Whisply runs the agent against the actual macOS apps on your machine, not a sandboxed Linux desktop in a data center, so it can move a file in Finder, send a Slack message from your account, or fill a Numbers sheet using the same Cmd+S you would.
Why the usual approaches fall short
- Cloud sandbox demos run in a fake Ubuntu desktop with no access to your logged-in Mac apps, so they cannot finish a real task in Mail, Calendar, or Slack.
- Python scripts driving the official sample need Accessibility granted to Terminal, a fragile screenshot pipeline, and break the next time macOS updates the permission dialog.
- Browser extensions can only see one tab at a time and cannot move a file in Finder, rename a folder, or touch any native Mac app.

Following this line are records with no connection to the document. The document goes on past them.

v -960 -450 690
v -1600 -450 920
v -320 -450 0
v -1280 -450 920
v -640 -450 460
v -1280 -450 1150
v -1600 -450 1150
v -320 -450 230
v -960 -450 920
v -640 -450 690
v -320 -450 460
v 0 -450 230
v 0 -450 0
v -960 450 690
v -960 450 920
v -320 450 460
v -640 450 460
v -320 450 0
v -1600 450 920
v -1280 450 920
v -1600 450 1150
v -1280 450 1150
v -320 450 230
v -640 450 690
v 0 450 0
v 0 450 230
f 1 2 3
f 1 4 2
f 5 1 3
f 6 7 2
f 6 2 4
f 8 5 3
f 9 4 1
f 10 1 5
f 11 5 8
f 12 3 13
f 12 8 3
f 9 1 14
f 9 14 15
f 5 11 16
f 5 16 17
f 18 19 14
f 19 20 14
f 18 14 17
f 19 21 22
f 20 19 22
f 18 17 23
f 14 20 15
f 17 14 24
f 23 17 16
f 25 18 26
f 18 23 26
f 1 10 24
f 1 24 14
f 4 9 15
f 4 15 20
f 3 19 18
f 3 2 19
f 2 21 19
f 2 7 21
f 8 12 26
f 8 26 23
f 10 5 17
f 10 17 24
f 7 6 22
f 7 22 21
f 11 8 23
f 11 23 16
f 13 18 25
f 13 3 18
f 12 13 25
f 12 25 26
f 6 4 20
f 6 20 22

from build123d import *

# Parameters (mm, degrees)
F1_DEPTH = 450


with BuildPart() as f1:
    # F0 (on Front) → F1 (new body, symmetric)
    with BuildSketch(Plane.XZ):
        Polygon((-320, 0), (0, 0), (0, 230), (-320, 230), (-320, 460), (-640, 460), (-640, 690), (-960, 690), (-960, 920), (-1280, 920), (-1280, 1150), (-1600, 1150), (-1600, 920), align=None)
    extrude(amount=F1_DEPTH, both=True)


solid = f1.part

- Generic remote-control tools have no model in the loop, so you still have to write every click yourself instead of describing the outcome.

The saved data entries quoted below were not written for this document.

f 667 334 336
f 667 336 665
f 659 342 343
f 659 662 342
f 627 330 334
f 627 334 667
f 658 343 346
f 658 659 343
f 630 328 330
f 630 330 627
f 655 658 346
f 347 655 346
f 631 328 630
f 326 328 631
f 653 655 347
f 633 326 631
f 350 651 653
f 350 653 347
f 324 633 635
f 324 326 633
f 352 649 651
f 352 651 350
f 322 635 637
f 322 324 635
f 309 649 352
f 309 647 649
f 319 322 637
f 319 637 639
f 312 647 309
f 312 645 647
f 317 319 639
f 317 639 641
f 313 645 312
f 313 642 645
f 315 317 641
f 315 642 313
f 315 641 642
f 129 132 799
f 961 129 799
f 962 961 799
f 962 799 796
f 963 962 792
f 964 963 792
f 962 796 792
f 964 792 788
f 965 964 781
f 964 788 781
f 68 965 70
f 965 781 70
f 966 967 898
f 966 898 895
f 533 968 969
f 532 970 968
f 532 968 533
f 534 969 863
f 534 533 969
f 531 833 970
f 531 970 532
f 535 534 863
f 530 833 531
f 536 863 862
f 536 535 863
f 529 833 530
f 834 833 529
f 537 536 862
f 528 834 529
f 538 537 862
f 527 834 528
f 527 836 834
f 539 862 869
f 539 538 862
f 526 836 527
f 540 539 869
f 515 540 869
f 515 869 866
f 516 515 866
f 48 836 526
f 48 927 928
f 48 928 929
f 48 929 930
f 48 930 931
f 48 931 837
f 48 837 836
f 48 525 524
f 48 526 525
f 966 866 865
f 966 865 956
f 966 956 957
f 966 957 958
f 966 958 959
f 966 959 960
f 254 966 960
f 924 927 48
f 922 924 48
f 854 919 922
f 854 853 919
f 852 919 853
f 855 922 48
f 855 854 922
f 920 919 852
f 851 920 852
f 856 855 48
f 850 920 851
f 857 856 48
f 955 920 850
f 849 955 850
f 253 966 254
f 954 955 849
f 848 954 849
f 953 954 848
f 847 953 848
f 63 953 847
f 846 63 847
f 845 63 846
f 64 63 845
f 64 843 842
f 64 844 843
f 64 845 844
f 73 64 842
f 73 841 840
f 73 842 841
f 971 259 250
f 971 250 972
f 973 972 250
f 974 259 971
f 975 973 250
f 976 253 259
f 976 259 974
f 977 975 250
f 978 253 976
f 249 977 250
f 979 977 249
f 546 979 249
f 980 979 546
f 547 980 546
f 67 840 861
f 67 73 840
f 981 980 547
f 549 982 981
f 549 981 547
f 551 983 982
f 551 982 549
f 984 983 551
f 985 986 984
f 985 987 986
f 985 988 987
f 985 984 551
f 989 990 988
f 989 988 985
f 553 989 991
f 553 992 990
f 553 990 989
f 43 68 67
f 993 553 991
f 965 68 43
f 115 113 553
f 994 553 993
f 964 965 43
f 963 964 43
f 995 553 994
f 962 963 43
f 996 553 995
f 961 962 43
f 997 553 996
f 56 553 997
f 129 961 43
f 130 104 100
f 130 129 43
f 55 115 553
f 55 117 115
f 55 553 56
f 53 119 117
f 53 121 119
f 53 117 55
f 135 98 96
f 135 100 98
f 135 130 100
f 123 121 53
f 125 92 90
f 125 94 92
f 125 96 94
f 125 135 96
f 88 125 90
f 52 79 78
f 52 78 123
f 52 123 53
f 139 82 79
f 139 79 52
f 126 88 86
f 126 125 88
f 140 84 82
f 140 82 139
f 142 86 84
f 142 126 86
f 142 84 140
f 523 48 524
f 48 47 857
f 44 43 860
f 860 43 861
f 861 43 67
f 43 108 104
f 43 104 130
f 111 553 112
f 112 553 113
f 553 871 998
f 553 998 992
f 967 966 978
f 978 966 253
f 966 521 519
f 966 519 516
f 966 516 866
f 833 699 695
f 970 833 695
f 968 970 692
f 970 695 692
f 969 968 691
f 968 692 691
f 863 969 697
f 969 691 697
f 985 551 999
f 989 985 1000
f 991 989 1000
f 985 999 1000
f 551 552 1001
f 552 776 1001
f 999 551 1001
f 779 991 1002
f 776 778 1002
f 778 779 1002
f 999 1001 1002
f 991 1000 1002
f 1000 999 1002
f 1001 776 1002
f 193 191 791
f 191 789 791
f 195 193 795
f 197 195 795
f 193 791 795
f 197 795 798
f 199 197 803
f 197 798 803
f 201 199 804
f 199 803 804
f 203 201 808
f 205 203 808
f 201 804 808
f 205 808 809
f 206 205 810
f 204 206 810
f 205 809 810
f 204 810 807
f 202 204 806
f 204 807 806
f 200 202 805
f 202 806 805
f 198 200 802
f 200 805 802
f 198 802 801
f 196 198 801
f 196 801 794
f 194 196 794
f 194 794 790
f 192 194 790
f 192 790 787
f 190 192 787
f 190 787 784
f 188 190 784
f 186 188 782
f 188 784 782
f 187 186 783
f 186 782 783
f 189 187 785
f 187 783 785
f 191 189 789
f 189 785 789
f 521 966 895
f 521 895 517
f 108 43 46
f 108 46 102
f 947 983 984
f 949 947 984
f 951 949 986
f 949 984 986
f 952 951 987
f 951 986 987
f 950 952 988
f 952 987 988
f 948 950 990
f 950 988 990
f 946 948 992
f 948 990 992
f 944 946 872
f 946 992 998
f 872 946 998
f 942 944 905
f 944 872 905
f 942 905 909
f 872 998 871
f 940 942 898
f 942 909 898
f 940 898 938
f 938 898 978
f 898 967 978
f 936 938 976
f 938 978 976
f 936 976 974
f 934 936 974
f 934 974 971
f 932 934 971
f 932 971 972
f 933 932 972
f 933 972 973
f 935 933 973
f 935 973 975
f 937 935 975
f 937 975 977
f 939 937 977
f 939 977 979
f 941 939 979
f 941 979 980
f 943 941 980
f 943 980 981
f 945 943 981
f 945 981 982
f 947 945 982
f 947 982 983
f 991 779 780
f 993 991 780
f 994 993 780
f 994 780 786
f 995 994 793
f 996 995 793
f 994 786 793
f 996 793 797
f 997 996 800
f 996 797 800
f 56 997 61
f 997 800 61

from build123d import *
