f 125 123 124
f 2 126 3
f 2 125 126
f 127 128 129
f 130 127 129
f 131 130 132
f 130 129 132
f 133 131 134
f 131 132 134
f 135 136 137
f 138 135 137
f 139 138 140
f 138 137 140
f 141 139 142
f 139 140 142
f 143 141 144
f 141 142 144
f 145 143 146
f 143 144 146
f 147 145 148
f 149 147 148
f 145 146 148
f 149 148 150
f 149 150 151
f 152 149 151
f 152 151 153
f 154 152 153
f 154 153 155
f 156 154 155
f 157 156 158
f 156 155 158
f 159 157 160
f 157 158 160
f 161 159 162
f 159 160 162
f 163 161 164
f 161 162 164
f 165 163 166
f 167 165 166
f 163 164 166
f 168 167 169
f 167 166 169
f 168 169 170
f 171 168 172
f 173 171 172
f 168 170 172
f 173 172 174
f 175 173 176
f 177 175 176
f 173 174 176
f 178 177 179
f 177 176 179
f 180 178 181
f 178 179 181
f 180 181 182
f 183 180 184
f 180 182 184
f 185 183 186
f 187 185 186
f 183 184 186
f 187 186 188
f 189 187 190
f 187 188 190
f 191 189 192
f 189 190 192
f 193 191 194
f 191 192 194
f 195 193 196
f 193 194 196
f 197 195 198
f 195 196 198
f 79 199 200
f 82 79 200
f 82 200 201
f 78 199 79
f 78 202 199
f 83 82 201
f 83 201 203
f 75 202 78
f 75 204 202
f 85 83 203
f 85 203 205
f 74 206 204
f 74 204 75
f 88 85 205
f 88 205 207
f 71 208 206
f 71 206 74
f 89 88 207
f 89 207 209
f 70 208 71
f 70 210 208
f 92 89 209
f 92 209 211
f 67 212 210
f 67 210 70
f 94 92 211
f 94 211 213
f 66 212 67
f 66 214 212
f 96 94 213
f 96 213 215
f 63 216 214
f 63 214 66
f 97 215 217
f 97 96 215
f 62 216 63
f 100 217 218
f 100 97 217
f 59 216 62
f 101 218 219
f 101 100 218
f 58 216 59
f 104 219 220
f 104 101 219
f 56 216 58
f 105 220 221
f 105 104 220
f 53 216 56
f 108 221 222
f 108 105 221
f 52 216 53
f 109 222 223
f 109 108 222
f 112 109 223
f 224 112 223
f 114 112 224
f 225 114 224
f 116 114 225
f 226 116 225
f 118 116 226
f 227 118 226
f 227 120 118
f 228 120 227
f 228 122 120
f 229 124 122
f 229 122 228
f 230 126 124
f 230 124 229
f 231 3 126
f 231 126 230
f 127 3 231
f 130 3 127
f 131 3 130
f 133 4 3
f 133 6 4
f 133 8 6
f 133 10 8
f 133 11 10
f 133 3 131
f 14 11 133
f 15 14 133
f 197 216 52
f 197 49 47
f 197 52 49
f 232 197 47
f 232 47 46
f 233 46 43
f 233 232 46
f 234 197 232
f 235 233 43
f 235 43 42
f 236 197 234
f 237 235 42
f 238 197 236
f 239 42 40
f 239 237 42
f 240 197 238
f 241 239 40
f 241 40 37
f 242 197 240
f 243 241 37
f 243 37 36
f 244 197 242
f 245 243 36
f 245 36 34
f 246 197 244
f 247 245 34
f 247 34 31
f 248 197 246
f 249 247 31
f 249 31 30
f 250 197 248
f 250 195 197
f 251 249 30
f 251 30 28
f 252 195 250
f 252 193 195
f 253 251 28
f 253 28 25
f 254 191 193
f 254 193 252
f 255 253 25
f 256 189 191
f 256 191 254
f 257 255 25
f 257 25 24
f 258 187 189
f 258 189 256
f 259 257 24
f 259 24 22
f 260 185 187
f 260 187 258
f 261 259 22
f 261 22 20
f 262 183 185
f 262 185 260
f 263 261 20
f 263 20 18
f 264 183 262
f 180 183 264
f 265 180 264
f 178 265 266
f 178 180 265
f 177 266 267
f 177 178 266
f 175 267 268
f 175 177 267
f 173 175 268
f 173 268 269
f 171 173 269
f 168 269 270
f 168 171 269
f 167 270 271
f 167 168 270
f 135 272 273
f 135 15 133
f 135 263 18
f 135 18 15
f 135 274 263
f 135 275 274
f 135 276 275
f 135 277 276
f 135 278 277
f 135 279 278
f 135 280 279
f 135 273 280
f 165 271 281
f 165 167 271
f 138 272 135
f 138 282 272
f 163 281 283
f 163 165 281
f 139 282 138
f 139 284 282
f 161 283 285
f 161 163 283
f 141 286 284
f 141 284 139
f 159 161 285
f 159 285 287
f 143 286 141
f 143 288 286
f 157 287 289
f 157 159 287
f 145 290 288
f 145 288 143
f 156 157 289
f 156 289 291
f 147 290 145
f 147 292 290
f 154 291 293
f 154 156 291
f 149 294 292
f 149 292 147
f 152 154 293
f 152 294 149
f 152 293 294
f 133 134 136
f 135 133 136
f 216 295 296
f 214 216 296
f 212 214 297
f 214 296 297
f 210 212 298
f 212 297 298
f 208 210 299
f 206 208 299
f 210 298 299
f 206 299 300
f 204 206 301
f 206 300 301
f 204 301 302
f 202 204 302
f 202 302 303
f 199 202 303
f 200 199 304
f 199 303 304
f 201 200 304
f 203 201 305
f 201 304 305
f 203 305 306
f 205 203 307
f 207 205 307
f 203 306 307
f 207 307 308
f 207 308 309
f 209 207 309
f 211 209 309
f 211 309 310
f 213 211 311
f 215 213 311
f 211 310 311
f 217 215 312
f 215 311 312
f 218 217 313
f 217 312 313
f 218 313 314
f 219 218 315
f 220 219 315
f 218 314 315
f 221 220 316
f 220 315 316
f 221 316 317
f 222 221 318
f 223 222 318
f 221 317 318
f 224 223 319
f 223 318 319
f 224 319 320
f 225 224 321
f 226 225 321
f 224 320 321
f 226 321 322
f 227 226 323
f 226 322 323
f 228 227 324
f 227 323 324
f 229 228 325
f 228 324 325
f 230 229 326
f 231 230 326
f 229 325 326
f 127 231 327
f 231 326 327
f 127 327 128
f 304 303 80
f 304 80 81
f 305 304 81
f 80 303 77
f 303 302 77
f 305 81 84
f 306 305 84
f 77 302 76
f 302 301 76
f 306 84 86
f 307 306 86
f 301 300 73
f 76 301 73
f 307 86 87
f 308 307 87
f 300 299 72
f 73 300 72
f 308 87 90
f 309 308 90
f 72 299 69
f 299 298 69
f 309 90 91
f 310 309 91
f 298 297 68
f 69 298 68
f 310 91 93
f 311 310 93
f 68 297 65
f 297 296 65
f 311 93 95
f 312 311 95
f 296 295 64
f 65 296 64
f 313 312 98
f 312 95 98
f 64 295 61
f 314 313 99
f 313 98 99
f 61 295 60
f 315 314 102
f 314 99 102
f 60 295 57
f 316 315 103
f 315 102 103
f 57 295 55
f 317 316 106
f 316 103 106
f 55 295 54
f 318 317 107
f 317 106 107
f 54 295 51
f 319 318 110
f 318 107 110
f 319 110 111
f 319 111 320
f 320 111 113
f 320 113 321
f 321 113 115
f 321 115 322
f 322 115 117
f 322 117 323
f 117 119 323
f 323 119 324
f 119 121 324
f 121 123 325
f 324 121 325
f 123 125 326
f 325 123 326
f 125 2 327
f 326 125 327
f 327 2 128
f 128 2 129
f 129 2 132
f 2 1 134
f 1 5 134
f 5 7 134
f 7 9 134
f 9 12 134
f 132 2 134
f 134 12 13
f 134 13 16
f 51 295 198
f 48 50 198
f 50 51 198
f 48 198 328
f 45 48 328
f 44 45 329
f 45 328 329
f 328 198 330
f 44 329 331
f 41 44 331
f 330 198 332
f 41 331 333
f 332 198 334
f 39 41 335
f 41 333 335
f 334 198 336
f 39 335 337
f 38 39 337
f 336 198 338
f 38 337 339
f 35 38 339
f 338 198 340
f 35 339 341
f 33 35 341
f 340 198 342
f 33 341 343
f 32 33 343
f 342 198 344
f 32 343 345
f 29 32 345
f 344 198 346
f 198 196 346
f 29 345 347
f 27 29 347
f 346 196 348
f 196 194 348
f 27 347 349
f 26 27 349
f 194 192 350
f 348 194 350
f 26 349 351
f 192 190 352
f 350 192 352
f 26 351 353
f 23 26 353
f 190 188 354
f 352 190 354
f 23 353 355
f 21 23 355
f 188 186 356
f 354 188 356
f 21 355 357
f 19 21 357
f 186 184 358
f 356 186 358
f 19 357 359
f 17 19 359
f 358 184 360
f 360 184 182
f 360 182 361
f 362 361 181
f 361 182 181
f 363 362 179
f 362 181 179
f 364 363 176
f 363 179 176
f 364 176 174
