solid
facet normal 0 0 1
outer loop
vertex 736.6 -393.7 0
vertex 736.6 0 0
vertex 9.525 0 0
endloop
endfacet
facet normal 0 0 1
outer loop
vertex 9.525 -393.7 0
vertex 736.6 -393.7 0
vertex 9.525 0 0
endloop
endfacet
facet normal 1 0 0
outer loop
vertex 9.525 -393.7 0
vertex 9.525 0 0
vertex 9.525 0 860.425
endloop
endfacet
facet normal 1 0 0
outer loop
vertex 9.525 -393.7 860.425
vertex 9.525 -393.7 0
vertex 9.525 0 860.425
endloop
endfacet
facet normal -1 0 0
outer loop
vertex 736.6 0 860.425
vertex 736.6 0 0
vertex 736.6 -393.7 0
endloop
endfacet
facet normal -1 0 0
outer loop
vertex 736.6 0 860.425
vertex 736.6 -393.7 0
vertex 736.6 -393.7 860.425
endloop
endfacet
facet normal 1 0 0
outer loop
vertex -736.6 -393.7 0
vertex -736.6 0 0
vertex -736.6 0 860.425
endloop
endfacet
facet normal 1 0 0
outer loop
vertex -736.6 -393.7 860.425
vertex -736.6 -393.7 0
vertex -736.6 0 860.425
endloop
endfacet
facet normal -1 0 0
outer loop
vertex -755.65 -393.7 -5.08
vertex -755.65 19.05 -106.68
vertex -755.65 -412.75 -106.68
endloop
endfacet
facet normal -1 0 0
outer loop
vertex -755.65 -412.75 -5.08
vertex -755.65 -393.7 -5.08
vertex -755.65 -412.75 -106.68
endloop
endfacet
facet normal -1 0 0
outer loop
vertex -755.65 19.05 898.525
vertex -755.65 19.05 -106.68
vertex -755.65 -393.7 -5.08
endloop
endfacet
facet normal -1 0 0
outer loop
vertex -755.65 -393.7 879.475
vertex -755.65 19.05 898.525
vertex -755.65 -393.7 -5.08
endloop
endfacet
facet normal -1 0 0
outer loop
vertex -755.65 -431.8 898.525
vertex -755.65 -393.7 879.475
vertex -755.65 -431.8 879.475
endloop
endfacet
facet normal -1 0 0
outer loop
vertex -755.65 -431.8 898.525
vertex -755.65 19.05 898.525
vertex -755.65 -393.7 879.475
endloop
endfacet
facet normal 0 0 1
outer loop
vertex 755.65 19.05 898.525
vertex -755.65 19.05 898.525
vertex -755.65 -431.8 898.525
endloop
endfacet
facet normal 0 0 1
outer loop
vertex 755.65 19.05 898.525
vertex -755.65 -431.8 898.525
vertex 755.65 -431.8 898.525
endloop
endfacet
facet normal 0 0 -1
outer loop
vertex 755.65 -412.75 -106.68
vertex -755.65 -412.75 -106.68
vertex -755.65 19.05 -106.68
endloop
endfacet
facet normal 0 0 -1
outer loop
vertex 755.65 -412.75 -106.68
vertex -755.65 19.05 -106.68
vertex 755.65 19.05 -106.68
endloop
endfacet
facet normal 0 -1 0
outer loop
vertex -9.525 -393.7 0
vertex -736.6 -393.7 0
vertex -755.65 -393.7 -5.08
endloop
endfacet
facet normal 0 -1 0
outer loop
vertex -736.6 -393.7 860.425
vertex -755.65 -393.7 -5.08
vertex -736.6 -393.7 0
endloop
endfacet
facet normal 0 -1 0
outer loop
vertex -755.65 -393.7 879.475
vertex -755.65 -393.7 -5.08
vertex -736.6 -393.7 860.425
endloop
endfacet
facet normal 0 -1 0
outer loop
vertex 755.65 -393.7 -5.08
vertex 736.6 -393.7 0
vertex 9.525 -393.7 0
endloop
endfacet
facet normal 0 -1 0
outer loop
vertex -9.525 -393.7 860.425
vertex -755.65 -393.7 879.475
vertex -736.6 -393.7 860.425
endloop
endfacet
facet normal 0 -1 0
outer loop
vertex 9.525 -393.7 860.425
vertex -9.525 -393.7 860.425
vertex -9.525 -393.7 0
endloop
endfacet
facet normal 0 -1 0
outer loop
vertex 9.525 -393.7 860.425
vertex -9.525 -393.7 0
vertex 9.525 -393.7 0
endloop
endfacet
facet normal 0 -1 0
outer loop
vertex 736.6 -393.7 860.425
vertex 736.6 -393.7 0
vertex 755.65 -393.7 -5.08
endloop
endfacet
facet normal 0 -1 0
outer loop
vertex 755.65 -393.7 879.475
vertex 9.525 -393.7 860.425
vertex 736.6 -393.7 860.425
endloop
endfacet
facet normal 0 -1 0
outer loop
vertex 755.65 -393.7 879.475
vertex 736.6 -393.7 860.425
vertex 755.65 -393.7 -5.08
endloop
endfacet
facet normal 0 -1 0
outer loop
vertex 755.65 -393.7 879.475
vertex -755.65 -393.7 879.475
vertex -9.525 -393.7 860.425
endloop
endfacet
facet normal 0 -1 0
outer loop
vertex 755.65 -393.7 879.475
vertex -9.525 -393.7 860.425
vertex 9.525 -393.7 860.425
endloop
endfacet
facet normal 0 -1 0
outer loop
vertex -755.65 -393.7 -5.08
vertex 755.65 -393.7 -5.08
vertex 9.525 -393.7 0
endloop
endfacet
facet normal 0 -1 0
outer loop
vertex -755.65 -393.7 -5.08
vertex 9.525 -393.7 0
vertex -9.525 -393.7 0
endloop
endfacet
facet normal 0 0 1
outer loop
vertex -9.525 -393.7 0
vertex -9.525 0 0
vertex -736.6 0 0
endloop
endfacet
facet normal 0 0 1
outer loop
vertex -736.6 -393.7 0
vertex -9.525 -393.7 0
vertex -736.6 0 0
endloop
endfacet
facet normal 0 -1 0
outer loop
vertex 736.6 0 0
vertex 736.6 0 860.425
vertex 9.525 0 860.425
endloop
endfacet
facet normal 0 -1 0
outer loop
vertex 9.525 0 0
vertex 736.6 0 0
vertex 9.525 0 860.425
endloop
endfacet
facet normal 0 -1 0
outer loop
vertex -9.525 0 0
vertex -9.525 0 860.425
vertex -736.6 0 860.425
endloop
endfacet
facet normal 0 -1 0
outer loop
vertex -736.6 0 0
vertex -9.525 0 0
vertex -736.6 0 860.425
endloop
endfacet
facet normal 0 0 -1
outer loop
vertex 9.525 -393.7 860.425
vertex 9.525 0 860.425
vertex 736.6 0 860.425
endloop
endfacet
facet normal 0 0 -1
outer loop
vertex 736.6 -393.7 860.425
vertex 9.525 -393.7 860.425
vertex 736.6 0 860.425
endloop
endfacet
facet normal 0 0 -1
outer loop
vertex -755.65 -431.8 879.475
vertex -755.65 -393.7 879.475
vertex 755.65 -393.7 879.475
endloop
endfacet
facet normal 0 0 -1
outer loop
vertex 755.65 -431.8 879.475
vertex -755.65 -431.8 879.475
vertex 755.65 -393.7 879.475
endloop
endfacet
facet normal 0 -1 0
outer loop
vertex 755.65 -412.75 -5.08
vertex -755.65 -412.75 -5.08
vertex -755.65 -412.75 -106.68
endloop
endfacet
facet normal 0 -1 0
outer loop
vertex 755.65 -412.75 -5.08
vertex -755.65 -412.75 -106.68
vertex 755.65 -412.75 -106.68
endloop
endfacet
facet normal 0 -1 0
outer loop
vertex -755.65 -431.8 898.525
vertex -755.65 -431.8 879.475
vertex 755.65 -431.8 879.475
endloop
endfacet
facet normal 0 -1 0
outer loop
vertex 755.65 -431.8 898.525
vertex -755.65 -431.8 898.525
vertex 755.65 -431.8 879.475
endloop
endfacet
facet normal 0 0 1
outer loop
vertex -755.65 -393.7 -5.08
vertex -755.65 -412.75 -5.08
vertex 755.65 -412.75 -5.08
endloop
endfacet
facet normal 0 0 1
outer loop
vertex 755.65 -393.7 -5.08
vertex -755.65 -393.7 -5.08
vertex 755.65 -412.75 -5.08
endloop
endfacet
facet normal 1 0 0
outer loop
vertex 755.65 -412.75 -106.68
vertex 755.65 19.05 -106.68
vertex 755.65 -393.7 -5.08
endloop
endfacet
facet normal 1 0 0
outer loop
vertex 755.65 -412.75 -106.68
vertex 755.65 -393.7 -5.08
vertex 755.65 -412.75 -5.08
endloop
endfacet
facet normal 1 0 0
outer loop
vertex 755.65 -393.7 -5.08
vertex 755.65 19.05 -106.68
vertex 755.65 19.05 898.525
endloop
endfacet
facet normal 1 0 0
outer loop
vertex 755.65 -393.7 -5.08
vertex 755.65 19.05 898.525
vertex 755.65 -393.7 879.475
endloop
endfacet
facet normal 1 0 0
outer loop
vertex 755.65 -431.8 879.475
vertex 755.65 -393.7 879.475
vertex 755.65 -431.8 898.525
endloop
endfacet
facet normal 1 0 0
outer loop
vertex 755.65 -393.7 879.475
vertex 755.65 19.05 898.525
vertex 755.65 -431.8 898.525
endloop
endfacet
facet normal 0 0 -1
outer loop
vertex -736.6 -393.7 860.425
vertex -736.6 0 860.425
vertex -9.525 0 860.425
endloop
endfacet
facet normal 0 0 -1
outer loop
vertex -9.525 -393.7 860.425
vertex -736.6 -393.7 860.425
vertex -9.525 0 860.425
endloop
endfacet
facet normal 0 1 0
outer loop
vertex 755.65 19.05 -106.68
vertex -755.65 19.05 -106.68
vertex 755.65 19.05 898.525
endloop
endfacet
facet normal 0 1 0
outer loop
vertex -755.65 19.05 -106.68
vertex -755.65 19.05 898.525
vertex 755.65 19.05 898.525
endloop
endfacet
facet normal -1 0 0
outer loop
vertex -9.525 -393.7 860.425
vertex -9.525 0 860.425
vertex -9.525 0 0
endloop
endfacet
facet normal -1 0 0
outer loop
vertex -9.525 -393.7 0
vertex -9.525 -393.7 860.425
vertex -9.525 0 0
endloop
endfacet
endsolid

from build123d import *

# Parameters (mm, degrees)
F0_W     = 19.05
F0_H     = 860.425
F1_DEPTH = 393.7
F2_W     = 1511.3
F2_H     = 884.555
F3_DEPTH = 19.05
F4_W     = 1511.3
F4_H     = 450.85
F5_DEPTH = 19.05
F6_W     = 1511.3
F6_H     = 431.8
F7_DEPTH = 101.6


with BuildPart() as f1:
    # F0 (on Front) → F1 (new body)
    with BuildSketch(Plane.XZ):
        Polygon((0, 879.475), (0, 860.425), (9.525, 860.425), (736.6, 860.425), (755.65, 860.425), (755.65, 879.475), align=None)
        Polygon((-9.525, 860.425), (0, 860.425), (0, 879.475), (-755.65, 879.475), (-755.65, 860.425), (-736.6, 860.425), align=None)
        with Locations((746.125, 430.2125)):
            Rectangle(F0_W, F0_H)
        Polygon((736.6, 0), (9.525, 0), (0, 0), (-9.525, 0), (-736.6, 0), (-755.65, 0), (-755.65, -5.08), (755.65, -5.08), (755.65, 0), align=None)
        with Locations((-746.125, 430.2125)):
            Rectangle(F0_W, F0_H)
        Polygon((9.525, 860.425), (0, 860.425), (-9.525, 860.425), (-9.525, 0), (0, 0), (9.525, 0), align=None)
    extrude(amount=F1_DEPTH)

    # F2 (on face) → F3 (join)
    with BuildSketch(Plane(origin=(0, 0, 0), x_dir=(-1, 0, 0), z_dir=(0, 1, 0))):
        with Locations((0, 437.1975)):
            Rectangle(F2_W, F2_H)
    extrude(amount=F3_DEPTH)

    # F4 (on face) → F5 (join)
    with BuildSketch(Plane.XY.offset(879.475)):
        with Locations((0, -206.375)):
            Rectangle(F4_W, F4_H)
    extrude(amount=F5_DEPTH)

    # F6 (on face) → F7 (join)
    with BuildSketch(Plane(origin=(0, 0, -5.08), x_dir=(1, 0, 0), z_dir=(0, 0, -1))):
        with Locations((0, 196.85)):
            Rectangle(F6_W, F6_H)
    extrude(amount=F7_DEPTH)


solid = f1.part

- Mobile-first AI assistants ignore the keyboard-driven reality of macOS work, where the win is automating Cmd+Tab and Cmd+S, not asking Siri a question.
Step by step
- 1
Install Whisply and sign in
Download the Mac app from the Whisply site, drag it to Applications, and open it. Whisply runs on macOS 13 Ventura and later on both Apple Silicon and Intel. Sign in with email; the model access is included with your plan so there is no API key to paste.
- 2
Upgrade to Pro Undetected to turn on Computer Use
Computer Use is a Pro Undetected feature. From the Whisply menu bar icon, open Settings, then Billing, and pick Pro Undetected. Annual is $44.99 per month and monthly is $149.99. After the upgrade, a Computer Use toggle appears in the main overlay.
- 3
Grant Screen Recording and Accessibility
Whisply will prompt you on first launch. Open System Settings, Privacy and Security, Screen and System Audio Recording, and tick Whisply. Then go to Privacy and Security, Accessibility, and tick Whisply there too. Quit and reopen the app so both permissions take effect.
- 4
Summon the overlay with Cmd+Return
From anywhere on your Mac, press Cmd+Return. The Whisply overlay appears on top of whatever you are doing. Switch the mode selector to Computer Use. The overlay stays out of screen sharing and screen recording on Pro Undetected by default.
- 5
Describe the task in plain English
Type or speak what you want done. Be specific about apps and files. For example: open the three PDFs at the top of my Downloads folder, pull the invoice totals into a new Numbers sheet, save it to iCloud Drive in the Invoices folder. Press Return.
- 6
Watch the first run, then step away
The agent narrates its actions in the overlay as it clicks and types. Move the trackpad or hit Esc to stop it at any point. Once you have watched the same kind of task succeed twice, you can switch to another window and let it finish.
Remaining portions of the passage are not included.